I'm not sure what value "access all webform submission limits" provides. I'd prefer to make the API function always work (what if you're running this function from cron for example?) If you were doing this permission check, you'd do it outside of the function, rather than inside of it. Think of how node_access() is called before node_view() is, rather than inside of it, otherwise indexing of search results would need to be done by administrative users rather than anonymous ones during cron runs.

minorOffense’s picture

Good point. I'll make modifications and send it again.

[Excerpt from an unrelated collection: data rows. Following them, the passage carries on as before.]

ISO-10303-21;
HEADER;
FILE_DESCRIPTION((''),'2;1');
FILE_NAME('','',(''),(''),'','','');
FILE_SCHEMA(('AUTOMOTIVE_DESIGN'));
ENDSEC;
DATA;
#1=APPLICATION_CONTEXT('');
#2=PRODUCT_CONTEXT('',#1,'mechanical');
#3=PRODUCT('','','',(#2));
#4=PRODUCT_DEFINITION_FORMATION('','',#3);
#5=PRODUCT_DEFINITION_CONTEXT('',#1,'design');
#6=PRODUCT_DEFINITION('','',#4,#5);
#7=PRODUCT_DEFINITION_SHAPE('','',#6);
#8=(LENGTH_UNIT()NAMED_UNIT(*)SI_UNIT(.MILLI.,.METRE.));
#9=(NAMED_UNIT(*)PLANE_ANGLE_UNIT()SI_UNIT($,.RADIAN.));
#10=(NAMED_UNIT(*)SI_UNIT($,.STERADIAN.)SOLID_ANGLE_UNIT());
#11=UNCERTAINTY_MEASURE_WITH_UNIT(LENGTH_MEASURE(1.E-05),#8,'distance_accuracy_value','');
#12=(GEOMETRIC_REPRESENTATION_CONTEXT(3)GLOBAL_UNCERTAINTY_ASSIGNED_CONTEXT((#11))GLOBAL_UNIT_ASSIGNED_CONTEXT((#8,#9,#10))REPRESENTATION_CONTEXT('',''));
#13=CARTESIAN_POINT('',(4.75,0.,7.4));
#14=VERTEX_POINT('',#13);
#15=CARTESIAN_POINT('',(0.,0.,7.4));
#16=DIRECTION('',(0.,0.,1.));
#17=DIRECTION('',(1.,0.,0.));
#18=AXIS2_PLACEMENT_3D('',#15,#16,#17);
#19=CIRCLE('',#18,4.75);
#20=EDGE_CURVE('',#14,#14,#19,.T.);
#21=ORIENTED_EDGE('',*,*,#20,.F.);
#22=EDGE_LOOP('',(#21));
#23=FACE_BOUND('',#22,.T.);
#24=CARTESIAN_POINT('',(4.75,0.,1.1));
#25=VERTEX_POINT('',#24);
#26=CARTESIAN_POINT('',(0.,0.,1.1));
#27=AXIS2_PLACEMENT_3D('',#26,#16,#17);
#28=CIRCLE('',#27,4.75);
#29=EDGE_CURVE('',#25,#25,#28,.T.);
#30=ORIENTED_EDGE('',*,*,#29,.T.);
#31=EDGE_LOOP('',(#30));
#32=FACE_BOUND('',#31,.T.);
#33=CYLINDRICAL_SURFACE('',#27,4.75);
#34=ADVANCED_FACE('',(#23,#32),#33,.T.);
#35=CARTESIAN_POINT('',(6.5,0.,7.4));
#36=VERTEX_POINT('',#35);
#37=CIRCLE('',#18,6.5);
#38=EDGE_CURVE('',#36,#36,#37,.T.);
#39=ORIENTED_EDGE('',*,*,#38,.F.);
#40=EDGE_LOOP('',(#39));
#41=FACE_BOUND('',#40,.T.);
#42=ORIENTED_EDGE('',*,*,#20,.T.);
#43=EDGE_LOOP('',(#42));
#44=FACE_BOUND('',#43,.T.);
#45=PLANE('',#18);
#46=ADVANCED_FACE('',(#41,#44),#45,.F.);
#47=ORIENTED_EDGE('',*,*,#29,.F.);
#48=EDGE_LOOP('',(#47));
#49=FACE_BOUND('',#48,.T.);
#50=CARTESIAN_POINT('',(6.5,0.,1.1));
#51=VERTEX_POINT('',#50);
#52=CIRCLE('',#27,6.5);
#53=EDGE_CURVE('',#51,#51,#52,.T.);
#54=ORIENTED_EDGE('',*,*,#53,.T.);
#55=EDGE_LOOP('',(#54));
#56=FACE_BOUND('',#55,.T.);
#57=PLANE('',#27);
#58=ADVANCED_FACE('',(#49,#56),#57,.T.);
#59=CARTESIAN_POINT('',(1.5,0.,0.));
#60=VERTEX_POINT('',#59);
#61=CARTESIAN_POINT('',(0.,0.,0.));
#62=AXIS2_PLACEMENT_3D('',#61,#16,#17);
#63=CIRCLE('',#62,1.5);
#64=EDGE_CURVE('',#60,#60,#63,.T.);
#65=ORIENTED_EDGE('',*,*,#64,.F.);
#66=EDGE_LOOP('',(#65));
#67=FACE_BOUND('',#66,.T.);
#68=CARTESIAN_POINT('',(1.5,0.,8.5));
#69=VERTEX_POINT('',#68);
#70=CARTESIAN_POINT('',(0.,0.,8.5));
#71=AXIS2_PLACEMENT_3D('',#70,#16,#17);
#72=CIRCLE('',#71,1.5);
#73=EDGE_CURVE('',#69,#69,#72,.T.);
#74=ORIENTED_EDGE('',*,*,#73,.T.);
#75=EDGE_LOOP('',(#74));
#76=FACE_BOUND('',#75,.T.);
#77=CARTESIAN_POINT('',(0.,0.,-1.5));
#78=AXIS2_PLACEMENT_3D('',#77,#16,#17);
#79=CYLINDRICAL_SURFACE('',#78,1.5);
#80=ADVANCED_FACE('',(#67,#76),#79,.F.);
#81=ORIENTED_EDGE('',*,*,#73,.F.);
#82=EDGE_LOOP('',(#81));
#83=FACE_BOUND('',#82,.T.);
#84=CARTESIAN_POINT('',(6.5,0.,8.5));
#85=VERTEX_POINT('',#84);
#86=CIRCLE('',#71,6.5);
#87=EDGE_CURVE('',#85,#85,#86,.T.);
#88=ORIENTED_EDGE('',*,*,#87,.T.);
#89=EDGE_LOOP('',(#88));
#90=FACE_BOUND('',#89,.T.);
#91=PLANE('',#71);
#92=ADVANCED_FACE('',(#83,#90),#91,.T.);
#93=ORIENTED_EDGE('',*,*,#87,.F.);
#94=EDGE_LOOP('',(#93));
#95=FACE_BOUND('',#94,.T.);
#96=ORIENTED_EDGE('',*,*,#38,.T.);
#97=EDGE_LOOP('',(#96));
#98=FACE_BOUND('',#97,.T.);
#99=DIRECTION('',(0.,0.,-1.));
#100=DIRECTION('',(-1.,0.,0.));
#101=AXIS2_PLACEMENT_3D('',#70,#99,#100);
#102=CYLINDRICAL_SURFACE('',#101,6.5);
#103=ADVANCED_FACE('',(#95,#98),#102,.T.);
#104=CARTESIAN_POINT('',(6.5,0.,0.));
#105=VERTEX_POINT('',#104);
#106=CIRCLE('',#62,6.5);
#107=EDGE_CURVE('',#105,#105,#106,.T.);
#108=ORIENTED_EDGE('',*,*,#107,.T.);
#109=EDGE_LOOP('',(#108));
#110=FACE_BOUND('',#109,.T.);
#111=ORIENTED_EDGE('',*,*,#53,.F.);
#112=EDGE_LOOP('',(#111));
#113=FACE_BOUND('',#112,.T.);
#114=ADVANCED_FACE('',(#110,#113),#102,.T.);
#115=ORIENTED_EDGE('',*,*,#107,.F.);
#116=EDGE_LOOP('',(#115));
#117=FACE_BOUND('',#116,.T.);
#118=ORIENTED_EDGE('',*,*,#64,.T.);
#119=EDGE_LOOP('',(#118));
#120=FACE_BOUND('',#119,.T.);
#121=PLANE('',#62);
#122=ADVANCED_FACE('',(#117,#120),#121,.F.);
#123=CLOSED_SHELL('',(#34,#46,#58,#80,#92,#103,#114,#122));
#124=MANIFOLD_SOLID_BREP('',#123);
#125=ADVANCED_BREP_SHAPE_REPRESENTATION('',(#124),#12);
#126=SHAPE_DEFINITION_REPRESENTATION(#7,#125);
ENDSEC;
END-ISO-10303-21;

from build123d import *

# Parameters (mm, degrees)
SKETCH_1_R          = 6.5
EXTRUDE_1_DEPTH     = 8.5
SKETCH_2_R          = 1.5
CUT_EXTRUDE_1_DEPTH = 10
SKETCH_3_R          = 9
SKETCH_3_R_2        = 4.75
CUT_EXTRUDE_2_DEPTH = 6.3


with BuildPart() as part:
    # 草图1 → 凸台-拉伸1 (new body)
    with BuildSketch(Plane.XY):
        Circle(SKETCH_1_R)
    extrude(amount=EXTRUDE_1_DEPTH)

    # 草图2 → 切除-拉伸1 (cut)
    with BuildSketch(Plane.XY.offset(8.5)):
        Circle(SKETCH_2_R)
    extrude(amount=-CUT_EXTRUDE_1_DEPTH, mode=Mode.SUBTRACT)

    # 草图3 → 切除-拉伸2 (cut)
    with BuildSketch(Plane.XY.offset(7.4)):
        Circle(SKETCH_3_R)
        Circle(SKETCH_3_R_2, mode=Mode.SUBTRACT)
    extrude(amount=-CUT_EXTRUDE_2_DEPTH, mode=Mode.SUBTRACT)


solid = part.part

I thought I had told Aptana to use spaces instead. Must have missed another checkbox somewhere... Sorry about that.

minorOffense’s picture

So you prefer something like this?

<?php
function webform_submission_limit_check($node, $account = NULL) {
  global
$user;
 
 
// If the $account variable is populated, begin permission/validation checks
 
if (isset($account) && !empty($account)) {
    if (!(
$account->uid > 0)) {
       
       
// Can't check the anonymous user limit. This limit is controlled by cookies in the browser.
       
drupal_set_message(t('Unable to check anonymous user submission limit.'), 'warning');
        return
FALSE;
    }
  }
  else {
     
// We're checking the current user
     
$account = $user;
  }
?>
quicksketch’s picture

Maybe something like this would be more direct checking. I'd prefer not to show a (mostly development) message when it's likely that end-users may receive the warning when they can do nothing about it. So a watchdog would probably be more appropriate here.

<?php
function webform_submission_limit_check($node, $account = NULL) {
  global
$user;
  if (!isset(
$account)) {
   
$account = $user;
  }

 
// We can only check access for anonymous users through their cookies.
 
if ($user->uid != 0 && $account->uid == 0) {
   
watchdog('webform', 'Unable to check anonymous user submission limit when logged in as user @uid.', array('@uid' => $user->uid), WATCHDOG_WARNING);
    return
FALSE;
  }
}
?>
minorOffense’s picture

I agree.

I'll re-roll a patch with that in there.

minorOffense’s picture

StatusFileSize
new2.23 KB
quicksketch’s picture

Looks great. We can still get rid of "access all webform submission limits", since it's not used. Please reroll as a unified (-u) patch and we'll get this in!

minorOffense’s picture

StatusFileSize
new3.56 KB

Right... sorry I missed that.

Here's the new patch with -u and hopefully no profile data :-S

I checked the "Unified" patch in Aptana and manually pulled out the profile stuff at the bottom of the patch file. That should do it.

Thanks for your help/patience in all this. My first time submitting a patch to a module. Next time I'll make fewer mistakes.

quicksketch’s picture

Version:6.x-3.0-beta6» 6.x-3.8
Status:Needs review» Needs work

This still looks good but now needs a reroll. Sorry I didn't get back to this one in any kind of reasonable amount of time. I'll try to review/reroll next time I'm adding features.

minorOffense’s picture

Perfect! Thank you.

quicksketch’s picture

Title:Change _webform_submission_limit_check function signature» Change _webform_submission_user_limit_check function signature to public function
Version:6.x-3.8» 7.x-4.0-alpha3
Status:Needs work» Fixed
StatusFileSize
new4.92 KB

Well here we are 1.5 years later and I still haven't committed this. The changing of the existing code base on 3.x was too much stress for me to handle. I've ported this patch to 7.x-4.x and committed it as attached (essentially making the functions public). Sorry this never made it into 3.x (and therefor Drupal 6) :(

At least it will be waiting for you in the future now.

Status:Fixed» Closed (fixed)

Automatically closed -- issue fixed for 2 weeks with no activity.